[Saved entries]
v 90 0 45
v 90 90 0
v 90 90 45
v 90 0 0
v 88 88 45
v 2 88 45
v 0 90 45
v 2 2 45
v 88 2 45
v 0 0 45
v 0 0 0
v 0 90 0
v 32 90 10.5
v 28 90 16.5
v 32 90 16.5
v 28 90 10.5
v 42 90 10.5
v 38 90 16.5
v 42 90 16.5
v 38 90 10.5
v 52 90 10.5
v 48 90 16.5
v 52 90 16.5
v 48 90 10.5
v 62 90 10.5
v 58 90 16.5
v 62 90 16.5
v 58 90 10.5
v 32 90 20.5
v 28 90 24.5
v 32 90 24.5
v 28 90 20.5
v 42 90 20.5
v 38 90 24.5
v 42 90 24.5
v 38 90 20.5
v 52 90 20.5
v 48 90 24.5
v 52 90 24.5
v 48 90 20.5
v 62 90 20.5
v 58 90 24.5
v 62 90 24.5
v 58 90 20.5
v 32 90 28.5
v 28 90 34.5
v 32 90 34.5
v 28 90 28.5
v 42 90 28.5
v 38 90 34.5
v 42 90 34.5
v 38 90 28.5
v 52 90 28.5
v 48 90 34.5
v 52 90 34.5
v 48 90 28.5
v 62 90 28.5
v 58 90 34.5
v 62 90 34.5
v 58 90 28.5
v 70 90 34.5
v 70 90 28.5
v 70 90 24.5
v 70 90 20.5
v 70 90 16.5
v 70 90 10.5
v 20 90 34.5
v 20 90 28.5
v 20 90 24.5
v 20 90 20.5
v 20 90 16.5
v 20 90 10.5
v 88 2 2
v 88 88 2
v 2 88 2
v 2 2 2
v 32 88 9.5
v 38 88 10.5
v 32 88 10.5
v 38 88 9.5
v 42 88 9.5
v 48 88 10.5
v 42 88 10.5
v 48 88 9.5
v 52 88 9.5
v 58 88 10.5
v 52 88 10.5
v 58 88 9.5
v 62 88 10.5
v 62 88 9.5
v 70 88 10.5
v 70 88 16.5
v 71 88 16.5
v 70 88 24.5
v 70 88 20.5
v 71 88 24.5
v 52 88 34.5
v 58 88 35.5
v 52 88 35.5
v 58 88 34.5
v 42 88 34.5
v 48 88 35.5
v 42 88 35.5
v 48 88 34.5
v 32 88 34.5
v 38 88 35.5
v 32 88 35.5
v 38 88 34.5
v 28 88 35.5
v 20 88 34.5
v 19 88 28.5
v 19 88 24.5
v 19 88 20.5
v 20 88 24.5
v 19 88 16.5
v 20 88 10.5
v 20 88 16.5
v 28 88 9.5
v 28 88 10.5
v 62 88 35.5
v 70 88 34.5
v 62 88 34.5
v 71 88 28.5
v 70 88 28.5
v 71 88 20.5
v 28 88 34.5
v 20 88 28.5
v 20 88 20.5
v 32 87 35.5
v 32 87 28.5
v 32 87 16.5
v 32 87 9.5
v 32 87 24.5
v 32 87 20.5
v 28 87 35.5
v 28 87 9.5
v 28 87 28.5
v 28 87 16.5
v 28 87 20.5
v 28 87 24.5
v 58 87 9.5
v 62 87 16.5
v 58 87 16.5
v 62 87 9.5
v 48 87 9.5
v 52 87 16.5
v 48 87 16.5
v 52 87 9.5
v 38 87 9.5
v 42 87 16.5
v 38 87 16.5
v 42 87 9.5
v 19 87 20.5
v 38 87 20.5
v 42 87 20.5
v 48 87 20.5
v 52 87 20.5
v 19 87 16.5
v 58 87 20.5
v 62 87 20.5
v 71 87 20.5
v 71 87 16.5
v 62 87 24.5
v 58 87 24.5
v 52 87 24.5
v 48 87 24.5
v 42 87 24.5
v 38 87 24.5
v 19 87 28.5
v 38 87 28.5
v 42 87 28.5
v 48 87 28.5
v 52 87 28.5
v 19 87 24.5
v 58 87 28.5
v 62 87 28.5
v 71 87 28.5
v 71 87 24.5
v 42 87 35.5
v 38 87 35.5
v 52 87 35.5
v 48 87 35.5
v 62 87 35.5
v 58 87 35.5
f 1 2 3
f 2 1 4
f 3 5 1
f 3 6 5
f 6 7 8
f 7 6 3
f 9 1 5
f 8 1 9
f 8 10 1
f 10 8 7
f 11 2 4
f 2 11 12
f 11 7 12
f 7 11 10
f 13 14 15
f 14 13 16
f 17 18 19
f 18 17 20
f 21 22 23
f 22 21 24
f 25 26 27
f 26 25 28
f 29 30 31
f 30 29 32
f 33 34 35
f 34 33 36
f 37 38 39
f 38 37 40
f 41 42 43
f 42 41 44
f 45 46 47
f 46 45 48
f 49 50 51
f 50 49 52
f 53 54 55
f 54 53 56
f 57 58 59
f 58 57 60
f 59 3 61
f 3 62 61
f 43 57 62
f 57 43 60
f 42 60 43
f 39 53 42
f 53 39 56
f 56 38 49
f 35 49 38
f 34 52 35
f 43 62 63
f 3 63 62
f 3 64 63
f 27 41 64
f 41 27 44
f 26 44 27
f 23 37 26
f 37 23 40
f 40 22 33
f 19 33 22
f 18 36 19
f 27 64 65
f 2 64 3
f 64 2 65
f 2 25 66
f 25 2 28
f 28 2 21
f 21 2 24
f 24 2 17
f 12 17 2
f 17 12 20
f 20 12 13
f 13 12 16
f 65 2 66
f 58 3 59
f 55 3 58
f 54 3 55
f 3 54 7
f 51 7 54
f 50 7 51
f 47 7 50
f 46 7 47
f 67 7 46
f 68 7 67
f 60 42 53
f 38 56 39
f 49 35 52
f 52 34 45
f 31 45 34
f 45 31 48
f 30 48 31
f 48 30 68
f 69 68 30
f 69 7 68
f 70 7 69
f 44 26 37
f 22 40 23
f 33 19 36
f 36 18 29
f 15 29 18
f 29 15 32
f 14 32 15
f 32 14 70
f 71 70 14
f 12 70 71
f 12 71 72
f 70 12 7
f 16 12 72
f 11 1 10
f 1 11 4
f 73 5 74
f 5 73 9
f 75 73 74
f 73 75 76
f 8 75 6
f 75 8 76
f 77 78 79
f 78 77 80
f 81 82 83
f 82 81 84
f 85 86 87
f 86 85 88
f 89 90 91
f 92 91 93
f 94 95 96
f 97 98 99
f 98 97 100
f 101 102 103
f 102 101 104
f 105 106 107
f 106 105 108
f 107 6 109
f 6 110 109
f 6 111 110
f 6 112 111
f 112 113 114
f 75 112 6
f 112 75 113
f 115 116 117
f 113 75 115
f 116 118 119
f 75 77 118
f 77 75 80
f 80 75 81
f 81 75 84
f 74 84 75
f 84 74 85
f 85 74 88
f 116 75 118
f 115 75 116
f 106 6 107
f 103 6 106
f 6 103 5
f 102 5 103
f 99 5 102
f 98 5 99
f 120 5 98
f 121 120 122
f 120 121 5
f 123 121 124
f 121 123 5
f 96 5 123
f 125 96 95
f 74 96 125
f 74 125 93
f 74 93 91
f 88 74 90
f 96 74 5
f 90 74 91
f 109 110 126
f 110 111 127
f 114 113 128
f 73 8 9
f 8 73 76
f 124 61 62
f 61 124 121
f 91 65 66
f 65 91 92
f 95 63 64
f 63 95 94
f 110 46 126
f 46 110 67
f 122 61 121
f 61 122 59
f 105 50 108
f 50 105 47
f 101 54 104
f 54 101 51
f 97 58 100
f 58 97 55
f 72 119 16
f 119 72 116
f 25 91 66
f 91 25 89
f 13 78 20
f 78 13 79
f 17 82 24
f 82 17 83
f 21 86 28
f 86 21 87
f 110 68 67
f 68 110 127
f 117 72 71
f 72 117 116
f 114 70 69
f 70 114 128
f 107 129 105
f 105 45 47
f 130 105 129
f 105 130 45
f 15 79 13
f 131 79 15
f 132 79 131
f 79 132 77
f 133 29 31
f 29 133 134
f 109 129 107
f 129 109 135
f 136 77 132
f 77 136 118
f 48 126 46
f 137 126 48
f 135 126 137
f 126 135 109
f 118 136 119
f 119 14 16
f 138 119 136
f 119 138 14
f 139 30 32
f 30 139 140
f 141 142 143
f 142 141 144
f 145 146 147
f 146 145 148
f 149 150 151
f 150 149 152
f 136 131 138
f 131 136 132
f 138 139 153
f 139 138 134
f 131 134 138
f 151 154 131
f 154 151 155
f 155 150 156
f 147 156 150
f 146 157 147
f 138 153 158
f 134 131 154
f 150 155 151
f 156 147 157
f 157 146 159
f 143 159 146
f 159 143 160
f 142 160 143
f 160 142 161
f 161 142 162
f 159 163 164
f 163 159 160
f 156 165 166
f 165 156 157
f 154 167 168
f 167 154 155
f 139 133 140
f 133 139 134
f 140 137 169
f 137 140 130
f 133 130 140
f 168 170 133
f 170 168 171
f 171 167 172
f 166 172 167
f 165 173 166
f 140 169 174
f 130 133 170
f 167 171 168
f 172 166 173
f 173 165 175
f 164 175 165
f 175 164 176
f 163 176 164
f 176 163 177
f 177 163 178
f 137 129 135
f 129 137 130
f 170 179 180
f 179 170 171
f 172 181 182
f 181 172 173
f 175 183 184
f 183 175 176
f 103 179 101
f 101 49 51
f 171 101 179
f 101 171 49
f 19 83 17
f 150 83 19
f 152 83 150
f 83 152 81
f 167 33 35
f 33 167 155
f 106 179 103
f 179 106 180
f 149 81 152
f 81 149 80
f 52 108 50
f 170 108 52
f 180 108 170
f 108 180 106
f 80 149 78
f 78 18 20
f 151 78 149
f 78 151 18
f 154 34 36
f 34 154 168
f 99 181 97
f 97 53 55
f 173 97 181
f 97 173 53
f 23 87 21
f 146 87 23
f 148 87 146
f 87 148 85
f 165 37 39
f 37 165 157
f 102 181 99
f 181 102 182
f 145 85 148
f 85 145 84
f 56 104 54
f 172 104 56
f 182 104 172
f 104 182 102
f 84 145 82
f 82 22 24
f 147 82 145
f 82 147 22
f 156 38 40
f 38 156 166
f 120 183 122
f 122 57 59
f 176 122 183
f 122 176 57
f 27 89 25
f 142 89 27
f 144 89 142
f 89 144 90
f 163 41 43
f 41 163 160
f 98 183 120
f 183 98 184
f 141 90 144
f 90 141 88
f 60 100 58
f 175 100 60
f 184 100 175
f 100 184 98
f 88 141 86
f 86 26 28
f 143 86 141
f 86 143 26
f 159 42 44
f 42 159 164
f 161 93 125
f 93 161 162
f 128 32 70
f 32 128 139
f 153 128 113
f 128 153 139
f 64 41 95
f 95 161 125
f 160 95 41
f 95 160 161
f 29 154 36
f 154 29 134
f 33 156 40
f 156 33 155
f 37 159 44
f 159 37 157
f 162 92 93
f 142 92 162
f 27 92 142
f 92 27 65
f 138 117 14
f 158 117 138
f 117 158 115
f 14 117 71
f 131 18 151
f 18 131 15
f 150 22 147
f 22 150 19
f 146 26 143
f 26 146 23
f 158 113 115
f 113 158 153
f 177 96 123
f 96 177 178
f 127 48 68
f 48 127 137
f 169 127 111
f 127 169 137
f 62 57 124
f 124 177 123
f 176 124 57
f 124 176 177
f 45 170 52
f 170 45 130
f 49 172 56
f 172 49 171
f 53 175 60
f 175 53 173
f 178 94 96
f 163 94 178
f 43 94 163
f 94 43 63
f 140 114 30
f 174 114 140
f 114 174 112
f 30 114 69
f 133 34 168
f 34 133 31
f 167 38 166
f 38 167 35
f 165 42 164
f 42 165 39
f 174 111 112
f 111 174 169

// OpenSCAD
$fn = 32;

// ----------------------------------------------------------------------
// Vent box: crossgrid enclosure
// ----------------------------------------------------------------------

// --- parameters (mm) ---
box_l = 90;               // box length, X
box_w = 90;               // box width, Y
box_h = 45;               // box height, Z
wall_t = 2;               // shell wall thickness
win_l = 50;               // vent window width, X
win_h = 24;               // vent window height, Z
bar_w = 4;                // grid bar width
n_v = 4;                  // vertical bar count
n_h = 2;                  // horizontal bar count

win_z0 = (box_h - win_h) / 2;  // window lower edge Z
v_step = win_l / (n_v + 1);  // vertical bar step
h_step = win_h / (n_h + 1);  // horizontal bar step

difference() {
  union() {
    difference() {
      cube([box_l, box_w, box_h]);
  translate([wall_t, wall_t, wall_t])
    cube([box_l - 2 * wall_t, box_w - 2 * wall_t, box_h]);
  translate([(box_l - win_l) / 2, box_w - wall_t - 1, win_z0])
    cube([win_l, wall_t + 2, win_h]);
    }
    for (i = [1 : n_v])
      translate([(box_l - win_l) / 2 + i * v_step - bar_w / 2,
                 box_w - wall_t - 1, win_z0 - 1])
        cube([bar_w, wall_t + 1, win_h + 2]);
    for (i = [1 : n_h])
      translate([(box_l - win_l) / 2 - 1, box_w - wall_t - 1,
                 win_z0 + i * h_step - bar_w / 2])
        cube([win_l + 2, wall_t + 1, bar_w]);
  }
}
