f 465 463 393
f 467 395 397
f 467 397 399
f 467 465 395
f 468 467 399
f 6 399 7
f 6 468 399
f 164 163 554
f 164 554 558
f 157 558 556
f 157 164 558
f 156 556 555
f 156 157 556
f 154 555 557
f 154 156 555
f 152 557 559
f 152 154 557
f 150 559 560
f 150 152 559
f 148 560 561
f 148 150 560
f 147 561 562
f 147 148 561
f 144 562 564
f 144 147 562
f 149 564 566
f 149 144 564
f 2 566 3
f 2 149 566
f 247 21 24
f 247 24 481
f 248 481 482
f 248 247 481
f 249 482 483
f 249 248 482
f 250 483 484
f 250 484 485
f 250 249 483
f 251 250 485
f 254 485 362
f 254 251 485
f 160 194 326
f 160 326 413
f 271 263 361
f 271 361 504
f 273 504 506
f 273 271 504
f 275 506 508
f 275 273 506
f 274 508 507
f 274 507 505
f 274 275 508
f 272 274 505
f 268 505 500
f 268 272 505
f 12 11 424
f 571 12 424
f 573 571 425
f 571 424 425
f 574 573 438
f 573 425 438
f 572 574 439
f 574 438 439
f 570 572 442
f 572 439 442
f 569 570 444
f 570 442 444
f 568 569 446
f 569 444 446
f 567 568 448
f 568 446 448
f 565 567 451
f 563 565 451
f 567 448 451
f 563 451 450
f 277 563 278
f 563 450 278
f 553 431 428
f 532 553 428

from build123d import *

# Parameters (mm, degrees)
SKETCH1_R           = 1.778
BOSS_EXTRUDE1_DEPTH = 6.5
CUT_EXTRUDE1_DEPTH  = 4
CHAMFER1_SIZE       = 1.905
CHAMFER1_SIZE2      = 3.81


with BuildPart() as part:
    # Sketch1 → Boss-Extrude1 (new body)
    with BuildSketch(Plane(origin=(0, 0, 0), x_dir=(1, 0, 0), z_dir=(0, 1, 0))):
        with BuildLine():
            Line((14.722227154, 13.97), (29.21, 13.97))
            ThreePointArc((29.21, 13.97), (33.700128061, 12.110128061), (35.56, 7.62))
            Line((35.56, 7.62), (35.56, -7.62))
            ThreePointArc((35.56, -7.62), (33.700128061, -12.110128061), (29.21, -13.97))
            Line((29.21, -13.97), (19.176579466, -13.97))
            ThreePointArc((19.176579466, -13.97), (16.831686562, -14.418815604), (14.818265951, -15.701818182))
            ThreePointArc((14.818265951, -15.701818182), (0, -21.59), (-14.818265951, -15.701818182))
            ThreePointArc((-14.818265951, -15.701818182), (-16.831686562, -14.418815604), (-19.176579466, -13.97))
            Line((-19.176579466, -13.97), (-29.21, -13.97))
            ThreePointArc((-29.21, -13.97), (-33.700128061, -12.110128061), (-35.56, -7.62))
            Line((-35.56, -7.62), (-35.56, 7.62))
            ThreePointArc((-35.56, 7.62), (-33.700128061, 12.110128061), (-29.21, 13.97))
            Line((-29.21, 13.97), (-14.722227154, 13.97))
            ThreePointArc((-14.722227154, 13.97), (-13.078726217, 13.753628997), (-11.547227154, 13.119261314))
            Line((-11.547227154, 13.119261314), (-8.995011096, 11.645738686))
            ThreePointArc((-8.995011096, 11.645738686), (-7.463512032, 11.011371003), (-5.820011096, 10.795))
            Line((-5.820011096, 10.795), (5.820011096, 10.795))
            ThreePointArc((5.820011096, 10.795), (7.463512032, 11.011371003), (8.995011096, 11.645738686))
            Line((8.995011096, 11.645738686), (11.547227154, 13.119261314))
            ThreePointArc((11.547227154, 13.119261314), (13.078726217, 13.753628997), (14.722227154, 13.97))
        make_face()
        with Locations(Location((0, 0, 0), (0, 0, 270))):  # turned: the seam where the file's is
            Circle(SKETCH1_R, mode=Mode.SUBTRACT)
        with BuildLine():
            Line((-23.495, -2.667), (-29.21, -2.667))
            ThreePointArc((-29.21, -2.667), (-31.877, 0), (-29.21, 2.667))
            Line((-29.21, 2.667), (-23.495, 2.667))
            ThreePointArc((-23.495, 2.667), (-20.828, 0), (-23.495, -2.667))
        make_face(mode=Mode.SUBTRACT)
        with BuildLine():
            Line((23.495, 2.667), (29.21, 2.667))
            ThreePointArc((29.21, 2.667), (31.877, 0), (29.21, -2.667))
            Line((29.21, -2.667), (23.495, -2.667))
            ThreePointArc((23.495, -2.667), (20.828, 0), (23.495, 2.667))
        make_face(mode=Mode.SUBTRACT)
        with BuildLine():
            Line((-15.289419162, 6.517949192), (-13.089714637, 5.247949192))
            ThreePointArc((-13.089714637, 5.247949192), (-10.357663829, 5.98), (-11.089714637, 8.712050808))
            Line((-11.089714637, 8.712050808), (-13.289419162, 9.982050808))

_To do_
Take the lines above from the first through the one containing "v 19 88 20.5" and reproduce them exactly; include nothing else.

_Result below_
v 90 0 45
v 90 90 0
v 90 90 45
v 90 0 0
v 88 88 45
v 2 88 45
v 0 90 45
v 2 2 45
v 88 2 45
v 0 0 45
v 0 0 0
v 0 90 0
v 32 90 10.5
v 28 90 16.5
v 32 90 16.5
v 28 90 10.5
v 42 90 10.5
v 38 90 16.5
v 42 90 16.5
v 38 90 10.5
v 52 90 10.5
v 48 90 16.5
v 52 90 16.5
v 48 90 10.5
v 62 90 10.5
v 58 90 16.5
v 62 90 16.5
v 58 90 10.5
v 32 90 20.5
v 28 90 24.5
v 32 90 24.5
v 28 90 20.5
v 42 90 20.5
v 38 90 24.5
v 42 90 24.5
v 38 90 20.5
v 52 90 20.5
v 48 90 24.5
v 52 90 24.5
v 48 90 20.5
v 62 90 20.5
v 58 90 24.5
v 62 90 24.5
v 58 90 20.5
v 32 90 28.5
v 28 90 34.5
v 32 90 34.5
v 28 90 28.5
v 42 90 28.5
v 38 90 34.5
v 42 90 34.5
v 38 90 28.5
v 52 90 28.5
v 48 90 34.5
v 52 90 34.5
v 48 90 28.5
v 62 90 28.5
v 58 90 34.5
v 62 90 34.5
v 58 90 28.5
v 70 90 34.5
v 70 90 28.5
v 70 90 24.5
v 70 90 20.5
v 70 90 16.5
v 70 90 10.5
v 20 90 34.5
v 20 90 28.5
v 20 90 24.5
v 20 90 20.5
v 20 90 16.5
v 20 90 10.5
v 88 2 2
v 88 88 2
v 2 88 2
v 2 2 2
v 32 88 9.5
v 38 88 10.5
v 32 88 10.5
v 38 88 9.5
v 42 88 9.5
v 48 88 10.5
v 42 88 10.5
v 48 88 9.5
v 52 88 9.5
v 58 88 10.5
v 52 88 10.5
v 58 88 9.5
v 62 88 10.5
v 62 88 9.5
v 70 88 10.5
v 70 88 16.5
v 71 88 16.5
v 70 88 24.5
v 70 88 20.5
v 71 88 24.5
v 52 88 34.5
v 58 88 35.5
v 52 88 35.5
v 58 88 34.5
v 42 88 34.5
v 48 88 35.5
v 42 88 35.5
v 48 88 34.5
v 32 88 34.5
v 38 88 35.5
v 32 88 35.5
v 38 88 34.5
v 28 88 35.5
v 20 88 34.5
v 19 88 28.5
v 19 88 24.5
v 19 88 20.5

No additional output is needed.